From adebdd03037798062f72a194ca603b0938a12e17 Mon Sep 17 00:00:00 2001
From: Liqiang Lu <liqiangxl@gmail.com>
Date: Wed, 14 Jan 2026 19:35:22 -0800
Subject: [PATCH 09/11] only for warp specialized

---
 csrc/device_lower/pass/allocation.cpp |  11 +-
 csrc/parallel_dimension_map.cpp       |  33 ++++++
 csrc/parallel_dimension_map.h         |   5 +
 csrc/predicate_compute.cpp            | 150 ++++++++++++++++++++------
 4 files changed, 162 insertions(+), 37 deletions(-)

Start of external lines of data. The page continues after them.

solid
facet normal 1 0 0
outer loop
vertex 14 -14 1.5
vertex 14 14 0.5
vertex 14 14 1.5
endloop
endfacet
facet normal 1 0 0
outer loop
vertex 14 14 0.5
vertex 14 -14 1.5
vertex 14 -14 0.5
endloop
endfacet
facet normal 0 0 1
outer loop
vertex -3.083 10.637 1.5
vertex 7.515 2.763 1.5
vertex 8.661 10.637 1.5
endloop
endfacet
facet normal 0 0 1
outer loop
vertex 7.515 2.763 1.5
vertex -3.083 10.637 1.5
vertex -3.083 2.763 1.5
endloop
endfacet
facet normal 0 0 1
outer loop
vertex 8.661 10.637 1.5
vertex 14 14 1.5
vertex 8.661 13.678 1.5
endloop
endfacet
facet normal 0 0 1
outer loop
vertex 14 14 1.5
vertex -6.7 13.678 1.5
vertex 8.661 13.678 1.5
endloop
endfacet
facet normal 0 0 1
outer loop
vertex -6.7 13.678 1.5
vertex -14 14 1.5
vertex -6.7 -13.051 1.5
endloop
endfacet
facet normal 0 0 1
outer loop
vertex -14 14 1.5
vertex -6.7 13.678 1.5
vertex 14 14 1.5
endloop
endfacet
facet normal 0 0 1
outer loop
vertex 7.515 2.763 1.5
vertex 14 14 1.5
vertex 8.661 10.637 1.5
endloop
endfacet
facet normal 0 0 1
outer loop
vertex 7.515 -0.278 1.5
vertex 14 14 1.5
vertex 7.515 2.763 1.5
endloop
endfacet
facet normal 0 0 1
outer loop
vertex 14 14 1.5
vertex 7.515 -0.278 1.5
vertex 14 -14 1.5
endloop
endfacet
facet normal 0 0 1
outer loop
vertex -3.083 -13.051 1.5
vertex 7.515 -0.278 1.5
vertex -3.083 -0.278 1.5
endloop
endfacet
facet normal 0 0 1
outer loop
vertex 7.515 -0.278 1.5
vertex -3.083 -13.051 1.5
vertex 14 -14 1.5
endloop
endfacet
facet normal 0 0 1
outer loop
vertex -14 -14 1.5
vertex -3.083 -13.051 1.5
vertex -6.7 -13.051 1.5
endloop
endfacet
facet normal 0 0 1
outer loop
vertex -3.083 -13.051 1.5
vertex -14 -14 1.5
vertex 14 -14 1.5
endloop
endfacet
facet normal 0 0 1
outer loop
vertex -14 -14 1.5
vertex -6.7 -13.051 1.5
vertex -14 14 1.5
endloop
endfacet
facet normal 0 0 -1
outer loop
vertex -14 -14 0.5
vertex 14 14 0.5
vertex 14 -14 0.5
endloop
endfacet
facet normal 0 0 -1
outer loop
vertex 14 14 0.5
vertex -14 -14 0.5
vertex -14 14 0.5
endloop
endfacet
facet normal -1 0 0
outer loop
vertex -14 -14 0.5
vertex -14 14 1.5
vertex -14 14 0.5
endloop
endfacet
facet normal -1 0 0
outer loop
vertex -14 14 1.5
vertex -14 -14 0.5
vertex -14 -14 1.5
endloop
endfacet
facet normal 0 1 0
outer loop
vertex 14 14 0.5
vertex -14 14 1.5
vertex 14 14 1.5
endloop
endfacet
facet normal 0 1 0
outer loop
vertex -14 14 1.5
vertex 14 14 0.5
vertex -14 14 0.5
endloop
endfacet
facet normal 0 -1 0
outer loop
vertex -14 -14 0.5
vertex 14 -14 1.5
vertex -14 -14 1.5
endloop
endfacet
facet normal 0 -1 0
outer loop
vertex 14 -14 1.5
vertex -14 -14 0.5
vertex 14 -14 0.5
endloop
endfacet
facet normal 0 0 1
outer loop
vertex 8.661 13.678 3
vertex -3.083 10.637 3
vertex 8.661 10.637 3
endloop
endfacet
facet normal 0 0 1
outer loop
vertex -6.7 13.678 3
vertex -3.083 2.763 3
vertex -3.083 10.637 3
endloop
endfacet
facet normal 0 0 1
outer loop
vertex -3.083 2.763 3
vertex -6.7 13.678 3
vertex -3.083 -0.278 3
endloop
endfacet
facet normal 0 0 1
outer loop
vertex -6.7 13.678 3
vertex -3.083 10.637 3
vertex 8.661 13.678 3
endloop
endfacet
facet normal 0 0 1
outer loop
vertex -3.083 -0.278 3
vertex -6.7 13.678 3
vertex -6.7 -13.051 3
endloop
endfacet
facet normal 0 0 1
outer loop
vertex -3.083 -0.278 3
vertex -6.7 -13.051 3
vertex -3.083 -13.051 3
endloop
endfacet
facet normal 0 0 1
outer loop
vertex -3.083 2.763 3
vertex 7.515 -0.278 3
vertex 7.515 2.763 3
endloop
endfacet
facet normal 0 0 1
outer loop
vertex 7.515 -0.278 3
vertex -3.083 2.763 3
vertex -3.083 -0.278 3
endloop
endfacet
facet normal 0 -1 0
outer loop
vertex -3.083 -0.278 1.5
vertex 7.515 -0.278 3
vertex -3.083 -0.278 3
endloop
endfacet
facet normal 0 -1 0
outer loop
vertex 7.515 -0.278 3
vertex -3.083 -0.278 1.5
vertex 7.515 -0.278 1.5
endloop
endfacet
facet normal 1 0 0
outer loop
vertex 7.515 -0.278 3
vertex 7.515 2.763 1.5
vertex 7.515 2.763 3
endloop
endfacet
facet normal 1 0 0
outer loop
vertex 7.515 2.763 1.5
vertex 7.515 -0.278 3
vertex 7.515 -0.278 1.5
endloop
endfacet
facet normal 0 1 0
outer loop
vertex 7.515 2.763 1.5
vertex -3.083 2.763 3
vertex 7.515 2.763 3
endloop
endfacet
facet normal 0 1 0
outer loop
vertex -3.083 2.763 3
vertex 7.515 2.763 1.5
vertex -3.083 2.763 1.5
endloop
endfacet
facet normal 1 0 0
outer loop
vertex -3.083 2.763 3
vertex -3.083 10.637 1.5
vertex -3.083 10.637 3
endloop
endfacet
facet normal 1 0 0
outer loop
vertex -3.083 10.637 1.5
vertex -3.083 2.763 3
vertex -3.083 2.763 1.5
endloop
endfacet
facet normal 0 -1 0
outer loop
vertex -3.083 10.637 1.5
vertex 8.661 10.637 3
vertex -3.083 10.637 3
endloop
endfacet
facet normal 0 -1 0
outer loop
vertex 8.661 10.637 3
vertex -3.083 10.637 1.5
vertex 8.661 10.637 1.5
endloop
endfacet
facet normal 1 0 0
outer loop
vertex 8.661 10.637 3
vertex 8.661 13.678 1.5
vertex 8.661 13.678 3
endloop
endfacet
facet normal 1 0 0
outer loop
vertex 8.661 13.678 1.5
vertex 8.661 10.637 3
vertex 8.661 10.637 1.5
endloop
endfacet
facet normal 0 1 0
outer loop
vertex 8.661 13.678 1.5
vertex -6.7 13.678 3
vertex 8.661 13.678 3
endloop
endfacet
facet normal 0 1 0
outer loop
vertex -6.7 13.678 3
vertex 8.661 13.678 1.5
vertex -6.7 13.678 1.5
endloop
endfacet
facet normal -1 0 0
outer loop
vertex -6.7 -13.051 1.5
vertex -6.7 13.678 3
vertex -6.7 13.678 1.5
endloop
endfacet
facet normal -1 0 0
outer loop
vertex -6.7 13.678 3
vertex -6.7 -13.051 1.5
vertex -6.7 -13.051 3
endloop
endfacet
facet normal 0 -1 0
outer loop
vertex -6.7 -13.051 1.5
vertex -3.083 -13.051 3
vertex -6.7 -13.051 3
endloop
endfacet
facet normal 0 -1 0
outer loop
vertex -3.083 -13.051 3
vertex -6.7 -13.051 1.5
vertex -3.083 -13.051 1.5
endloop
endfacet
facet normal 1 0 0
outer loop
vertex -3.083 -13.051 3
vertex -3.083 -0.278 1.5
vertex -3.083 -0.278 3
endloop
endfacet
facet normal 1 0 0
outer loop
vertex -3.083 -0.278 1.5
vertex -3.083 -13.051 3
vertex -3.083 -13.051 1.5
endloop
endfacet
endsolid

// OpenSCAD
// file: transformlib2d.scad
// Copyright (c) 2013 Oskar Linde. All rights reserved.
// License: BSD
//
// This library contains basic 2D morphology operations
//
// outset(d=1)            - creates a polygon at an offset d outside a 2D shape
// inset(d=1)             - creates a polygon at an offset d inside a 2D shape
// fillet(r=1)            - adds fillets of radius r to all concave corners of a 2D shape
// rounding(r=1)          - adds rounding to all convex corners of a 2D shape
// shell(d,center=false)  - makes a shell of width d along the edge of a 2D shape
//                        - positive values of d places the shell on the outside
//                        - negative values of d places the shell on the inside
//                        - center=true and positive d places the shell centered on the edge

module outset(d=1) {
	// Bug workaround for older OpenSCAD versions
	if (version_num() < 20130424) render() outset_extruded(d) child();
	else minkowski() {
		circle(r=d);
		children();
	}
}

module outset_extruded(d=1) {
   projection(cut=true) minkowski() {
        cylinder(r=d);
        linear_extrude(center=true) child();
   }
}

module inset(d=1) {
	 render() inverse() outset(d=d) inverse() child();
}

module fillet(r=1) {
	inset(d=r) render() outset(d=r) child();
}

module rounding(r=1) {
	outset(d=r) inset(d=r) child();
}

module shell(d,center=false) {
	if (center && d > 0) {
		difference() {
			outset(d=d/2) child();
			inset(d=d/2) child();
		}
	}
	if (!center && d > 0) {
		difference() {
			outset(d=d) child();
			child();
		}
	}
	if (!center && d < 0) {
		difference() {
			child();
			inset(d=-d) child();
		}
	}
	if (d == 0) child();
}


// Below are for internal use only

module inverse() {
	difference() {
		square(1e5,center=true);
		child();
	}
}


// TEST CODE



module mirror_x() {
	union() {
		child();
		scale([-1,1,1]) child();
	}
}

module mirror_y() {
	union() {
		child();
		scale([1,-1,1]) child();
	}
}

module mirror_z() {
	union() {
		child();
		scale([1,1,-1]) child();
	}
}

module arrow(l=1,w=.6,t=0.15) {
	mirror_y() polygon([[0,0],[l,0],[l-w/2,w/2],[l-w/2-sqrt(2)*t,w/2],[l-t/2-sqrt(2)*t,t/2],[0,t/2]]);
}

module shape() {
	polygon([[0,0],[1,0],[1.5,1],[2.5,1],[2,-1],[0,-1]]);
}

if(0) assign($fn=32) {

	for (p = [0:10*3-1]) assign(o=floor(p/3)) {
		translate([(p%3)*2.5,-o*3]) {
			//%if (p % 3 == 1) translate([0,0,1]) shape();
			if (p % 3 == 0) shape();
			if (p % 3 == 1) translate([0.6,0]) arrow();
			if (p % 3 == 2) {
				if (o == 0) inset(d=0.3) shape();
				if (o == 1) outset(d=0.3) shape();
				if (o == 2) rounding(r=0.3) shape();
				if (o == 3) fillet(r=0.3) shape();
				if (o == 4) shell(d=0.3) shape();
				if (o == 5) shell(d=-0.3) shape();
				if (o == 6) shell(d=0.3,center=true) shape();
				if (o == 7) rounding(r=0.3) fillet(r=0.3) shape();
				if (o == 8) shell(d=0.3,center=true) fillet(r=0.3) rounding(r=0.3) shape();
				if (o == 9) shell(d=-0.3) fillet(r=0.3) rounding(r=0.3) shape();
			}
		}
	}
}
// main file
use <transformlib2d.scad>


module Letter(letter, size=30, thickness=1) {
                text(letter, 
                     size=size*0.8,
                     font="Zaio:style=Regular",
                     halign="center",
                     valign="center");
}



thickness = 1;
width = 33;
length = 33;
wall_thickness = 1;
height = 15;

letter_overhang = 1;

offset = 4;

stripe_height = 0.4;
stripe_width = 10;

letter = "F";

module printletterbox(letter) {

    linear_extrude(thickness) difference() {
        square([width, length], center=true);
        outset(d=0.3) Letter(letter, size=width);
       }

    translate([0, 0, -height/2]) //before z=-2*wall_thickness
    difference() {
        cube([width, length, height], center=true);
        cube([width-2*wall_thickness, length-2*wall_thickness, height], center=true);
        //the led stripe
        //translate([0, 0, -height/2+stripe_height/2]) cube([width, stripe_width, stripe_height], center=true);
    }

}


//color("red", 1) translate([0, 0, thickness]) linear_extrude(thickness + letter_overhang) Letter(letter, size=width);


module printletter(letter) {

    translate([0, 0, thickness]) 
        cube([width-wall_thickness-offset, length-wall_thickness-offset, thickness], center=true);
    color("red", 1) translate([0, 0, thickness]) linear_extrude(thickness + letter_overhang) Letter(letter, size=width);
    
}





//connector

c_thickness = 1;
c_len_y = wall_thickness*2 + c_thickness*2;
c_len_x = stripe_width + 4;
c_height = height/3;

module connectorClip() {
    
difference() {
    union() {
        cube([c_len_x, c_len_y, c_thickness]); //ground
        cube([c_len_x, c_thickness ,c_height]); //side1
        translate([0, c_len_y-c_thickness, 0]) cube([c_len_x, c_thickness ,c_height]); //side2
    }
    translate([(c_len_x-stripe_width)/2, 0, c_thickness]) cube([stripe_width, c_len_y, c_height]);
}

}



module LetterBoxWithConnectors2(top, right, bottom, left) {
    rotate([180, 0, 0])
        difference() {
            printletterbox(letter);
            if (left) {
            translate([-width/2,0,c_thickness/2-height]) cube([c_len_y+0.3, c_len_x+0.3, c_thickness+1+stripe_height], center=true); //ground
            }
            if (right) {
            translate([width/2,0,c_thickness/2-height]) cube([c_len_y+0.3, c_len_x+0.3, c_thickness+1+stripe_height], center=true); //ground
            }
            if (top) {
            translate([0,width/2,c_thickness/2-height]) cube([c_len_x+0.3, c_len_y+0.3, c_thickness+1+stripe_height], center=true); //ground
            }
            if (bottom) {
            translate([0,-width/2,c_thickness/2-height]) cube([c_len_x+0.3, c_len_y+0.3, c_thickness+1+stripe_height], center=true); //ground
            }
    }
}

//translate([33, 0, 0]) LetterBoxWithConnectors();
//translate([0, 0, 0]) LetterBoxWithConnectors2(true, true, true, true);
//printletter(letter);

printletter(letter);





$fn=500;
/*
text = ["P", "A", "S", "C", "A", "L"];
layout = [  ["A", "A", "S", "C", "A", "L"], 
            ["P", "A", "S", "C", "A", "L"], 
            ["P", "A", "S", "C", "A", "L"],
 ["P", "A", "S", "C", "A", "L"], 
            ["P", "A", "S", "C", "A", "L"], 
            ["P", "A", "S", "C", "A", "L"],

];

step = width;

for (r=[0:step:(6-1)*step]) {
    for (i =[0:step:(6-1)*step]) {
        translate([i, r, 0]) printletterbox(layout[r/33][i/33]);
    }
}*/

diff --git a/csrc/device_lower/pass/allocation.cpp b/csrc/device_lower/pass/allocation.cpp
index 2385142007e..c355f5cefd4 100644
--- a/csrc/device_lower/pass/allocation.cpp
+++ b/csrc/device_lower/pass/allocation.cpp
@@ -1232,8 +1232,7 @@ class AllocationInserter : public kir::ExprMutator {
     return alloc_expr;
   }
 
-  // insert a scalar register variable for uniform warp id
-  void insertUniformWarpId(Expr* expr) {
+  void computeUniformWarpId(Expr* expr) {
     // Compute flat thread id: tid = threadIdx.x + threadIdx.y * blockDim.x +
     // threadIdx.z * blockDim.x * blockDim.y
     const auto& pdim = GpuLower::current()->info().parallelDimensionMap();
@@ -1722,11 +1721,9 @@ class AllocationInserter : public kir::ExprMutator {
 
   AllocationInserter(const std::vector<Expr*>& exprs)
       : gpu_lower_(GpuLower::current()) {
-    // Insert uniform warp id at the top-level scope if warp specialization or
-    // cluster reduction is used.
-    if (GpuLower::current()->circularBufferInfo().hasWarpSpecialized() ||
-        GpuLower::current()->clusterReductionCount() >= 1) {
-      insertUniformWarpId(exprs.at(0));
+    // compute uniform warp id if warp specialization is enabled
+    if (GpuLower::current()->circularBufferInfo().hasWarpSpecialized()) {
+      computeUniformWarpId(exprs.at(0));
     }
     // insert cluster reduction mbarrier at top-level scope
     if (GpuLower::current()->clusterReductionCount() >= 1) {
diff --git a/csrc/parallel_dimension_map.cpp b/csrc/parallel_dimension_map.cpp
index 80b21a24fa1..565bc580304 100644
--- a/csrc/parallel_dimension_map.cpp
+++ b/csrc/parallel_dimension_map.cpp
@@ -307,6 +307,39 @@ Val* ParallelDimensionMap::getNumComputeWarps() const {
   return num_compute_warps;
 }
 
+// For warp-specialization, the CTA is padded so the AsyncWarp contains 128
+// threads. This function maps the AsyncWarp CTA to a linear index from
+// [0, 128). It is used to divide AsyncWarp into four independent warps.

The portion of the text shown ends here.